- Born: May 10, 1980 (age 46) Durango, Biscay
- Status: Jailed
- Known for: Head of ETA military commandos
- Term: 2002-2009

= Jurdan Martitegi =

Basque nationalist

Jurdan Martitegi Lizaso (born May 10, 1980, in Durango, Vizcaya, Spain) is a member of the terrorist Basque nationalist group Euskadi Ta Askatasuna (ETA). He is best known as the head of the military/commando unit of the group since late 2008 until April 18, 2009, when he was arrested by French police. He is considered to be one of the most dangerous members of ETA, considered a terrorist organization by the European Union, with police describing him as "extremely violent".
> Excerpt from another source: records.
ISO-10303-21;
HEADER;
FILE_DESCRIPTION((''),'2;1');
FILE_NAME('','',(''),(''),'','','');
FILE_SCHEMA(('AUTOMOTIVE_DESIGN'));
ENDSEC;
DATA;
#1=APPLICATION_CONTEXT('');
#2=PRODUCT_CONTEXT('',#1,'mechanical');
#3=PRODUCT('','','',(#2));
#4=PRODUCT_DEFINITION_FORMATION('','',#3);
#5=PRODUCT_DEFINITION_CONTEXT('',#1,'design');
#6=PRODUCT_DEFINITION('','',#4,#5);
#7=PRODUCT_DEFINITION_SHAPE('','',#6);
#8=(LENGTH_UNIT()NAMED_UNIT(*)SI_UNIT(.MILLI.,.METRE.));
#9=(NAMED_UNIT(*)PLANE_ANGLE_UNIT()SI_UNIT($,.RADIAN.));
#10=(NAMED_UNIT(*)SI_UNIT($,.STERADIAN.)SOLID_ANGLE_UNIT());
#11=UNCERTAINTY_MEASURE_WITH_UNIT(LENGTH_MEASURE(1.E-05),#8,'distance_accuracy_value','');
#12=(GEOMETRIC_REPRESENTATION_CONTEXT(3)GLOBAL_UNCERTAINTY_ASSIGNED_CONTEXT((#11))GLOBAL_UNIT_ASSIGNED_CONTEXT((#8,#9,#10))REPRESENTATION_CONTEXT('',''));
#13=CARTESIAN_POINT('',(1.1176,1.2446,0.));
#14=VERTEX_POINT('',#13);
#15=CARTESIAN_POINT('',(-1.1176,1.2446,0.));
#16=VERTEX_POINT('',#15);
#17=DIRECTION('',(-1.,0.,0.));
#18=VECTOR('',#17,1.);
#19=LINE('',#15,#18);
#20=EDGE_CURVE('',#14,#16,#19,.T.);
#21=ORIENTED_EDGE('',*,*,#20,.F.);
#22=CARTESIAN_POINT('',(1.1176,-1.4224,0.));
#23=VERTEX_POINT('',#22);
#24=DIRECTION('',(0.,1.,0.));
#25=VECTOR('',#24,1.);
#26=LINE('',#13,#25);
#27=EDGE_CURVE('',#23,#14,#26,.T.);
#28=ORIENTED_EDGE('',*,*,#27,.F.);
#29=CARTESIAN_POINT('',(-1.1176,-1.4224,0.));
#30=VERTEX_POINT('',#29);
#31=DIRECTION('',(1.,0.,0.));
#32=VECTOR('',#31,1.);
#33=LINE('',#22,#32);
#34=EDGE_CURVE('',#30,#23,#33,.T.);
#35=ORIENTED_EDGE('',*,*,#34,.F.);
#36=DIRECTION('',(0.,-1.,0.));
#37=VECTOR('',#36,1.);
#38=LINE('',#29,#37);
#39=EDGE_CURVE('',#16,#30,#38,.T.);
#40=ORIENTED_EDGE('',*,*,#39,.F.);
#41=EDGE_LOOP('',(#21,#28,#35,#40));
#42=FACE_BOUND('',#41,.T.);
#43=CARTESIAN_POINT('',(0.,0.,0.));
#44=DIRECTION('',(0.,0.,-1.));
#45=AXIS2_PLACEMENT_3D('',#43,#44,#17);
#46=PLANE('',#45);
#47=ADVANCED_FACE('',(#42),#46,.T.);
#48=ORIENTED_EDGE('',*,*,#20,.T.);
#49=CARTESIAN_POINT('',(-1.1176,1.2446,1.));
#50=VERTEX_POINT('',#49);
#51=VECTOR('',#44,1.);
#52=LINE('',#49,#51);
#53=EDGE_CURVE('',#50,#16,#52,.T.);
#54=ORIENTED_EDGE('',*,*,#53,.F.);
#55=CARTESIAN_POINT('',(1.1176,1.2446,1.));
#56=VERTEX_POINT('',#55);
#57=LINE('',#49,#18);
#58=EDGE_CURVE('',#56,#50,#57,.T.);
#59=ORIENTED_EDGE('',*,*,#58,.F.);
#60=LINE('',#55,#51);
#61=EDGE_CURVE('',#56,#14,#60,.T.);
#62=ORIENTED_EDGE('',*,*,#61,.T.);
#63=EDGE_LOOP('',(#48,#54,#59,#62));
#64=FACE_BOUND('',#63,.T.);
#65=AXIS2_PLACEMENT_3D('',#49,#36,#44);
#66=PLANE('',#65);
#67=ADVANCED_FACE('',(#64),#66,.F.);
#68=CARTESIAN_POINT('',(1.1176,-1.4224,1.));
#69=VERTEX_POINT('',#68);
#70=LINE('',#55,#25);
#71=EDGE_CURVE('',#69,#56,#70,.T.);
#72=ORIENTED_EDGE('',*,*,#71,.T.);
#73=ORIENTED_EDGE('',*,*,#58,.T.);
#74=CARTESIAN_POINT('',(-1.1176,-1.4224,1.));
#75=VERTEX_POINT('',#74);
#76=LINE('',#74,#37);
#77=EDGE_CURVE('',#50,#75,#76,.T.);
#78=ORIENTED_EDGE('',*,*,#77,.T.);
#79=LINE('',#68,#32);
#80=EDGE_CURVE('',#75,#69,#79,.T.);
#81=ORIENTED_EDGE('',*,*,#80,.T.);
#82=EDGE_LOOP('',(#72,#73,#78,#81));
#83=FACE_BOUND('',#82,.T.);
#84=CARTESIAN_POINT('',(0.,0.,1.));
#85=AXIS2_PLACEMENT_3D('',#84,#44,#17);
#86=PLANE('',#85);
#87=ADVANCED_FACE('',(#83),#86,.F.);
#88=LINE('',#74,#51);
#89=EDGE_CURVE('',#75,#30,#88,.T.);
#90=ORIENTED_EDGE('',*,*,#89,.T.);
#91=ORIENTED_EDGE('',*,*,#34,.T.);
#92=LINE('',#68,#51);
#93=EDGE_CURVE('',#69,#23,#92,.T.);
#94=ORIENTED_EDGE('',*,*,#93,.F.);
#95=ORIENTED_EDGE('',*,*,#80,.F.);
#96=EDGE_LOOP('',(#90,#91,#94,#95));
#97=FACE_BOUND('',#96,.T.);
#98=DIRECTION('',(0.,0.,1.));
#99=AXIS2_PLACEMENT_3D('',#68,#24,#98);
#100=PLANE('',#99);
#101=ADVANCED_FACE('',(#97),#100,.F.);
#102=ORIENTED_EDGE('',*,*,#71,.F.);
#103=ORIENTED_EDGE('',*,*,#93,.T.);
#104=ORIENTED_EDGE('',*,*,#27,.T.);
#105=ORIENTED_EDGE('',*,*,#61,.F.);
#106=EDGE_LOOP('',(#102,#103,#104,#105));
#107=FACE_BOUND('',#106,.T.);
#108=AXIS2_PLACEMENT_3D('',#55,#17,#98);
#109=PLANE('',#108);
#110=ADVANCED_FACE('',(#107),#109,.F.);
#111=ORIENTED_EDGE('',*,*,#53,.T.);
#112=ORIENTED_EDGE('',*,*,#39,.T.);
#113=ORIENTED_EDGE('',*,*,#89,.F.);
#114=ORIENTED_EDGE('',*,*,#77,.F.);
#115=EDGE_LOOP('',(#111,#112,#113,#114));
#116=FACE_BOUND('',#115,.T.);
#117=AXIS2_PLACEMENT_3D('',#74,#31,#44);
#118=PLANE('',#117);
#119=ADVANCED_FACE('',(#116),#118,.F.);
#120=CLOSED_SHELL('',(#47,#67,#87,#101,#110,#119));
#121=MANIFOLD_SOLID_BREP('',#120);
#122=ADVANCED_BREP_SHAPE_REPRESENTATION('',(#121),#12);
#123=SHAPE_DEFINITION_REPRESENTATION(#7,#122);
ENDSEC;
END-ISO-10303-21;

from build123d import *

# Parameters (mm, degrees)
SKETCH1_W               = 2.2352
SKETCH1_H               = 2.667
COMPONENT_OUTLINE_DEPTH = 1


with BuildPart() as part:
    # Sketch1 → Component_Outline (new body)
    with BuildSketch(Plane.XY):
        with Locations((0, -0.0889)):
            Rectangle(SKETCH1_W, SKETCH1_H)
    extrude(amount=COMPONENT_OUTLINE_DEPTH)


solid = part.part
He gained prominence in the military section of ETA by leading the 'commando Vizcaya' (Biscay Command) after the 2006 ceasefire along with Arkaitz Goikoetxea and rose to the highest level of ETA's military leadership following the December 2008 arrest of Aitzol Iriondo alias Gurbita who had replaced Miguel de Garikoitz Aspiazu Rubina alias Txeroki, arrested less than a month before.

==ETA activity==
===Kale borroka===
Before joining ETA, Jurdan Martitegi had a wide record of kale borroka acts. On February 12, 1998, he presented himself in front of Baltasar Garzón, after being accused of several street violence acts during 1997. He was shortly released but later accused of taking part in a molotov attack against an Ertzaintza police station in Amorebieta. In 2000 he was arrested after attacking a concessionaire in Iurreta and a bank and Guardia Civil barracks in Galdakao, in which a policeman was wounded. He was arrested again on March 5, 2001, after placing an explosive at the Durango courts and spent some time at the Alcalá Meco and Daroca prisons.

===Comando member===
Martitegi is believed to have joined ETA after he was released from prison. He left his Durango home in 2006 after he knew police were searching him. He joined the 'commando Vizcaya' after the 2006 ceasefire and carried several attacks along with Arkaitz Goikoetxea, including the bombing of Civil Guard's cuartel in Durango on August 24, 2007, a bomb attack in front of a courthouse in Sestao on December 16, 2007, a car bomb explosion outside a Guardia Civil barracks in Calahorra, Rioja on March 21, 2008 and a van bomb placed in front of a Guardia Civil barracks at Legutiano, Álava, which killed one policeman, Juan Manuel Piñuel Villalón, and injured four. He is also believed to have carried a failed attack outside Getxo courthouse on November 11, 2007. According to police he's the main suspect of killing Spanish Socialist Workers' Party councillor Isaías Carrasco on March 7, 2008, as eyewitnesses described the killer as a 'tall man', a description which fits with Martitegi's two meters height.

Jurdan Martitegi carried all of the attacks along with his fellow partner Arkaitz Goikoetxea, who was arrested on July 22, 2008, after Spanish police dismantled the Vizcaya cell. Martitegi was able to escape before police arrested nine other suspects.

Police reported that Martitegi and Txeroki had trained several ETA members of the Nafarroa cell in Hendaia during 2008. Four days after this cell was arrested, on October 30, ETA bombed the University of Navarra, injuring up to twenty-one persons.

===Military chief===
In early 2009, Spanish press revealed that ETA's current top leaders Juan Cruz Maiztegui Bengoa, 63, alias Pastor and José Luis Eciolaza Galán alias Dienteputo had entrusted Martitegi to quickly reorganize the commandos and make them ready to commit 'deadly attacks'. Some days later, Spanish police confirmed that ETA had restructured its commandos and that Martitegi would be leading them along with his lieutenant "Andoni Sarasola" and ETA member "Lurgi Mendinueta". Martitegi has already asked his commandos to carry quick attacks, always with car bombs.

Since his work as a military chief ETA has already carried several attacks (see List of ETA attacks in 2009), including the bombing of the Basque television in Bilbao on December 31, 2008, and a van bomb in Madrid on February 8, 2009, which led police to think that ETA has established its first cell in Madrid for about six years.

In February 2009, El Confidencial revealed that police were afraid that Martitegi would try to carry a very big attack to vindicate himself to ETA leaders. Police also warned that ETA's goal was to kill ertzainas during the Basque elections campaign.

Although he officially controlled all of ETA's cells, Martitegi had problems moving in public due to his high stature of more than 1.90 meters, which made him easily detectable.